Collected data entries
·····

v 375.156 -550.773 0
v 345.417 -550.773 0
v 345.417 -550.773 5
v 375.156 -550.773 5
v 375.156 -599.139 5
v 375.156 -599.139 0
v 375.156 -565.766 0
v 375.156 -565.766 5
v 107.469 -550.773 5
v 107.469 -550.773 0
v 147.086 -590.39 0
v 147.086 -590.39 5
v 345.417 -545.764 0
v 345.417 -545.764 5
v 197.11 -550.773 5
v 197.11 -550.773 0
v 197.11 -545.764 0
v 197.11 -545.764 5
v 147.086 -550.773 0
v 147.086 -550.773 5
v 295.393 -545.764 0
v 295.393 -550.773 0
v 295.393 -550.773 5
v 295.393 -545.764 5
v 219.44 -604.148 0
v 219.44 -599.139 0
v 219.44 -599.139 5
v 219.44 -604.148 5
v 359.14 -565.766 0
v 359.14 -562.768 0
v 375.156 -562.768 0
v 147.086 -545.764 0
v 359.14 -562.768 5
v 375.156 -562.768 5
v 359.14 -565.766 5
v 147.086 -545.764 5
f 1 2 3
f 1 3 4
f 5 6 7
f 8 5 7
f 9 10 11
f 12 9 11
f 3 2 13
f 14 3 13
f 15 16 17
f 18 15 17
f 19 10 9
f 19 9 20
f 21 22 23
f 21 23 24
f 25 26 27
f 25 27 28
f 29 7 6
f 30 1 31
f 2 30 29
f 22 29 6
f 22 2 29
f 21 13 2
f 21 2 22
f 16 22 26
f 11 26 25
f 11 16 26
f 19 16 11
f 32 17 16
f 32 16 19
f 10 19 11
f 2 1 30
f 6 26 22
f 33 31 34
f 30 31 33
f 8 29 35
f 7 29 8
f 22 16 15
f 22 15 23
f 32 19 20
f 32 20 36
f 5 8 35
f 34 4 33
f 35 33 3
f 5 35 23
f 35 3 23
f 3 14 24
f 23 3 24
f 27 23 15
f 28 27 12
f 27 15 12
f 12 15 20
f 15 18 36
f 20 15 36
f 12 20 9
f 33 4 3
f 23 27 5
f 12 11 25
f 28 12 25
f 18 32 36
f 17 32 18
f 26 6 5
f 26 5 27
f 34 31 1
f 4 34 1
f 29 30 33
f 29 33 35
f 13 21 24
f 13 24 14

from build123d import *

# Parameters (mm, degrees)
PAD008_DEPTH = 5


with BuildPart() as part:
    # Sketch009 → Pad008 (new body)
    with BuildSketch(Plane.XY):
        with BuildLine():
            add(Edge.make_bspline(
                [(107.468718, -550.773208), (147.085661, -550.773208)],
                knots=[0, 0, 112.3, 112.3], degree=1))
            add(Edge.make_bspline(
                [(147.085661, -550.773208), (147.085661, -545.763764)],
                knots=[0, 0, 14.2, 14.2], degree=1))
            add(Edge.make_bspline(
                [(147.085661, -545.763764), (197.109549, -545.763764)],
                knots=[0, 0, 141.8, 141.8], degree=1))
            add(Edge.make_bspline(
                [(197.109549, -550.773208), (197.109549, -545.763764)],
                knots=[0, 0, 14.2, 14.2], degree=1))
            add(Edge.make_bspline(
                [(197.109549, -550.773208), (295.393436, -550.773208)],
                knots=[0, 0, 278.6, 278.6], degree=1))
            add(Edge.make_bspline(
                [(295.393436, -550.773208), (295.393436, -545.763764)],
                knots=[0, 0, 14.2, 14.2], degree=1))
            add(Edge.make_bspline(
                [(295.393436, -545.763764), (345.417324, -545.763764)],
                knots=[0, 0, 141.8, 141.8], degree=1))
            add(Edge.make_bspline(
                [(345.417324, -550.773208), (345.417324, -545.763764)],
                knots=[0, 0, 14.2, 14.2], degree=1))
            add(Edge.make_bspline(
                [(345.417324, -550.773208), (375.15649, -550.773208)],
                knots=[0, 0, 84.3, 84.3], degree=1))
            add(Edge.make_bspline(
                [(375.15649, -562.767652), (375.15649, -550.773208)],
                knots=[0, 0, 34, 34], degree=1))
            add(Edge.make_bspline(
                [(375.15649, -562.767652), (359.140379, -562.767652)],
                knots=[0, 0, 45.4, 45.4], degree=1))
            add(Edge.make_bspline(
                [(359.140379, -562.767652), (359.140379, -565.766263)],
                knots=[0, 0, 8.5, 8.5], degree=1))
            add(Edge.make_bspline(
                [(359.140379, -565.766263), (375.15649, -565.766263)],
                knots=[0, 0, 45.4, 45.4], degree=1))
            add(Edge.make_bspline(
                [(375.15649, -599.13904), (375.15649, -565.766263)],
                knots=[0, 0, 94.6, 94.6], degree=1))
            add(Edge.make_bspline(
                [(375.15649, -599.13904), (219.440382, -599.13904)],
                knots=[0, 0, 441.4, 441.4], degree=1))
            add(Edge.make_bspline(
                [(219.440382, -599.13904), (219.440382, -604.148485)],
                knots=[0, 0, 14.2, 14.2], degree=1))
            add(Edge.make_bspline(
                [(147.085661, -590.390151), (219.440382, -604.148485)],
                knots=[0, 0, 208.775022, 208.775022], degree=1))
            add(Edge.make_bspline(
                [(107.468718, -550.773208), (147.085661, -590.390151)],
                knots=[0, 0, 158.816183, 158.816183], degree=1))
        make_face()
    extrude(amount=PAD008_DEPTH)


solid = part.part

·····

* **PROMPT**
Extract every record. Keep wording exact.

* **RESPONSE**
v 375.156 -550.773 0
v 345.417 -550.773 0
v 345.417 -550.773 5
v 375.156 -550.773 5
v 375.156 -599.139 5
v 375.156 -599.139 0
v 375.156 -565.766 0
v 375.156 -565.766 5
v 107.469 -550.773 5
v 107.469 -550.773 0
v 147.086 -590.39 0
v 147.086 -590.39 5
v 345.417 -545.764 0
v 345.417 -545.764 5
v 197.11 -550.773 5
v 197.11 -550.773 0
v 197.11 -545.764 0
v 197.11 -545.764 5
v 147.086 -550.773 0
v 147.086 -550.773 5
v 295.393 -545.764 0
v 295.393 -550.773 0
v 295.393 -550.773 5
v 295.393 -545.764 5
v 219.44 -604.148 0
v 219.44 -599.139 0
v 219.44 -599.139 5
v 219.44 -604.148 5
v 359.14 -565.766 0
v 359.14 -562.768 0
v 375.156 -562.768 0
v 147.086 -545.764 0
v 359.14 -562.768 5
v 375.156 -562.768 5
v 359.14 -565.766 5
v 147.086 -545.764 5
f 1 2 3
f 1 3 4
f 5 6 7
f 8 5 7
f 9 10 11
f 12 9 11
f 3 2 13
f 14 3 13
f 15 16 17
f 18 15 17
f 19 10 9
f 19 9 20
f 21 22 23
f 21 23 24
f 25 26 27
f 25 27 28
f 29 7 6
f 30 1 31
f 2 30 29
f 22 29 6
f 22 2 29
f 21 13 2
f 21 2 22
f 16 22 26
f 11 26 25
f 11 16 26
f 19 16 11
f 32 17 16
f 32 16 19
f 10 19 11
f 2 1 30
f 6 26 22
f 33 31 34
f 30 31 33
f 8 29 35
f 7 29 8
f 22 16 15
f 22 15 23
f 32 19 20
f 32 20 36
f 5 8 35
f 34 4 33
f 35 33 3
f 5 35 23
f 35 3 23
f 3 14 24
f 23 3 24
f 27 23 15
f 28 27 12
f 27 15 12
f 12 15 20
f 15 18 36
f 20 15 36
f 12 20 9
f 33 4 3
f 23 27 5
f 12 11 25
f 28 12 25
f 18 32 36
f 17 32 18
f 26 6 5
f 26 5 27
f 34 31 1
f 4 34 1
f 29 30 33
f 29 33 35
f 13 21 24
f 13 24 14

from build123d import *

# Parameters (mm, degrees)
PAD008_DEPTH = 5


with BuildPart() as part:
    # Sketch009 → Pad008 (new body)
    with BuildSketch(Plane.XY):
        with BuildLine():
            add(Edge.make_bspline(
                [(107.468718, -550.773208), (147.085661, -550.773208)],
                knots=[0, 0, 112.3, 112.3], degree=1))
            add(Edge.make_bspline(
                [(147.085661, -550.773208), (147.085661, -545.763764)],
                knots=[0, 0, 14.2, 14.2], degree=1))
            add(Edge.make_bspline(
                [(147.085661, -545.763764), (197.109549, -545.763764)],
                knots=[0, 0, 141.8, 141.8], degree=1))
            add(Edge.make_bspline(
                [(197.109549, -550.773208), (197.109549, -545.763764)],
                knots=[0, 0, 14.2, 14.2], degree=1))
            add(Edge.make_bspline(
                [(197.109549, -550.773208), (295.393436, -550.773208)],
                knots=[0, 0, 278.6, 278.6], degree=1))
            add(Edge.make_bspline(
                [(295.393436, -550.773208), (295.393436, -545.763764)],
                knots=[0, 0, 14.2, 14.2], degree=1))
            add(Edge.make_bspline(
                [(295.393436, -545.763764), (345.417324, -545.763764)],
                knots=[0, 0, 141.8, 141.8], degree=1))
            add(Edge.make_bspline(
                [(345.417324, -550.773208), (345.417324, -545.763764)],
                knots=[0, 0, 14.2, 14.2], degree=1))
            add(Edge.make_bspline(
                [(345.417324, -550.773208), (375.15649, -550.773208)],
                knots=[0, 0, 84.3, 84.3], degree=1))
            add(Edge.make_bspline(
                [(375.15649, -562.767652), (375.15649, -550.773208)],
                knots=[0, 0, 34, 34], degree=1))
            add(Edge.make_bspline(
                [(375.15649, -562.767652), (359.140379, -562.767652)],
                knots=[0, 0, 45.4, 45.4], degree=1))
            add(Edge.make_bspline(
                [(359.140379, -562.767652), (359.140379, -565.766263)],
                knots=[0, 0, 8.5, 8.5], degree=1))
            add(Edge.make_bspline(
                [(359.140379, -565.766263), (375.15649, -565.766263)],
                knots=[0, 0, 45.4, 45.4], degree=1))
            add(Edge.make_bspline(
                [(375.15649, -599.13904), (375.15649, -565.766263)],
                knots=[0, 0, 94.6, 94.6], degree=1))
            add(Edge.make_bspline(
                [(375.15649, -599.13904), (219.440382, -599.13904)],
                knots=[0, 0, 441.4, 441.4], degree=1))
            add(Edge.make_bspline(
                [(219.440382, -599.13904), (219.440382, -604.148485)],
                knots=[0, 0, 14.2, 14.2], degree=1))
            add(Edge.make_bspline(
                [(147.085661, -590.390151), (219.440382, -604.148485)],
                knots=[0, 0, 208.775022, 208.775022], degree=1))
            add(Edge.make_bspline(
                [(107.468718, -550.773208), (147.085661, -590.390151)],
                knots=[0, 0, 158.816183, 158.816183], degree=1))
        make_face()
    extrude(amount=PAD008_DEPTH)


solid = part.part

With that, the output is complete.